Split loss across two different models and calculate gradients


I have two separate models, each of which outputs a probability distribution. I weigh the probability distribution of each model by a dynamic scaling factor and calculate the outputs. I compare the outputs against the true labels and generate the overall loss.

However, I want to split the loss across both models in the same scaling factor, essentially a weighted average. Once each model receives the scaled loss, it backpropagates and computes the gradients. The learning factors and optimisers can be different for both models.

At a high level, the (pseudo)code looks like this -

import torch

modelA = Model(paramsA)
modelB = Model(paramsB)

optimiserA = getOptimiser(modelA.parameters(), lr=lr_A)
optimiserB = getOptimiser(modelB.parameters(), lr=lr_B)

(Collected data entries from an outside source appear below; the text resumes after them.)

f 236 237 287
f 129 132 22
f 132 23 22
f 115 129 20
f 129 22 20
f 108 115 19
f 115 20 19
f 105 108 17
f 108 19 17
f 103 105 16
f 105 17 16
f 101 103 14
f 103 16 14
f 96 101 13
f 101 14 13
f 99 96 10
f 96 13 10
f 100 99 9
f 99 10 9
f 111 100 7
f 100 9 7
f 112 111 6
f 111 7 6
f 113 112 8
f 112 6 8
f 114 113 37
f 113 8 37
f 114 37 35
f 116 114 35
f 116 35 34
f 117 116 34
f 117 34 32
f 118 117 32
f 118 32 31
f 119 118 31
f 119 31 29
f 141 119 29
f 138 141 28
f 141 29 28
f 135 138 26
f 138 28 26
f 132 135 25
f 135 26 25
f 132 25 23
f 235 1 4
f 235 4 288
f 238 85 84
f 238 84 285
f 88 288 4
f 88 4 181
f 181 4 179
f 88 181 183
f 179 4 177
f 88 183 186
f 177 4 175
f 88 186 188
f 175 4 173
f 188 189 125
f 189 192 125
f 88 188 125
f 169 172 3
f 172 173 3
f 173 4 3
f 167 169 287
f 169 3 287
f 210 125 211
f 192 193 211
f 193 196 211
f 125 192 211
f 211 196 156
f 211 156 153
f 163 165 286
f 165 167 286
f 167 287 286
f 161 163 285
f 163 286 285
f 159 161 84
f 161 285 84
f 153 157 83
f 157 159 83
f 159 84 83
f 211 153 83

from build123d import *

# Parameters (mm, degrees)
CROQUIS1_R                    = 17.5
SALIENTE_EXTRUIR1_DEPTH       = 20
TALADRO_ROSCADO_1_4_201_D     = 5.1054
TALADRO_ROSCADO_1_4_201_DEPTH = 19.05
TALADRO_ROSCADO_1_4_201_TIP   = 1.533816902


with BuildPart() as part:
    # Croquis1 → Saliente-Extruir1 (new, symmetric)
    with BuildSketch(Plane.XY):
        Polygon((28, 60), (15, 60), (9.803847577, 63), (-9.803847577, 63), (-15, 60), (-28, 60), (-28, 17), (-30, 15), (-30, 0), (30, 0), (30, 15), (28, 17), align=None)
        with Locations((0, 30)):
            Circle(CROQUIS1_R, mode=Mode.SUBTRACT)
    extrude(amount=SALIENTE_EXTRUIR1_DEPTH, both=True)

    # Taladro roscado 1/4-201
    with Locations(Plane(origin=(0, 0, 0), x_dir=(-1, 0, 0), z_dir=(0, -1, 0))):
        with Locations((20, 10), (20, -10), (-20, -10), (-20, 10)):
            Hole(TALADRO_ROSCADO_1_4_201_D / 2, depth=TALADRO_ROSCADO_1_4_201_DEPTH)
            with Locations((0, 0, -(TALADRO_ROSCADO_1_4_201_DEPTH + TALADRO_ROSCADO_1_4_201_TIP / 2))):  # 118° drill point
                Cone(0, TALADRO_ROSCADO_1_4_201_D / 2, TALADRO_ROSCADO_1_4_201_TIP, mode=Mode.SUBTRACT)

outputs = modelA(inputs)*scalingFactor_A + modelB(inputs)*scalingFactor_B
loss = criterion(outputs, labels)

# unsure how exactly loss.backward() and optimiserA.step() and optimiserB.step() should work

Any help is appreciated. Thanks!

Your pseudo code looks alright and loss.backward() will calculate the gradients for both outputs.
For Autograd it doesn’t matter if the scaling and addition is performed “outside of the model” or in the forward pass and it’s just a mathematical operation which loss.backward() will backpropagate through.

optimizerX.step() will update the passed parameters using their .grad attribute.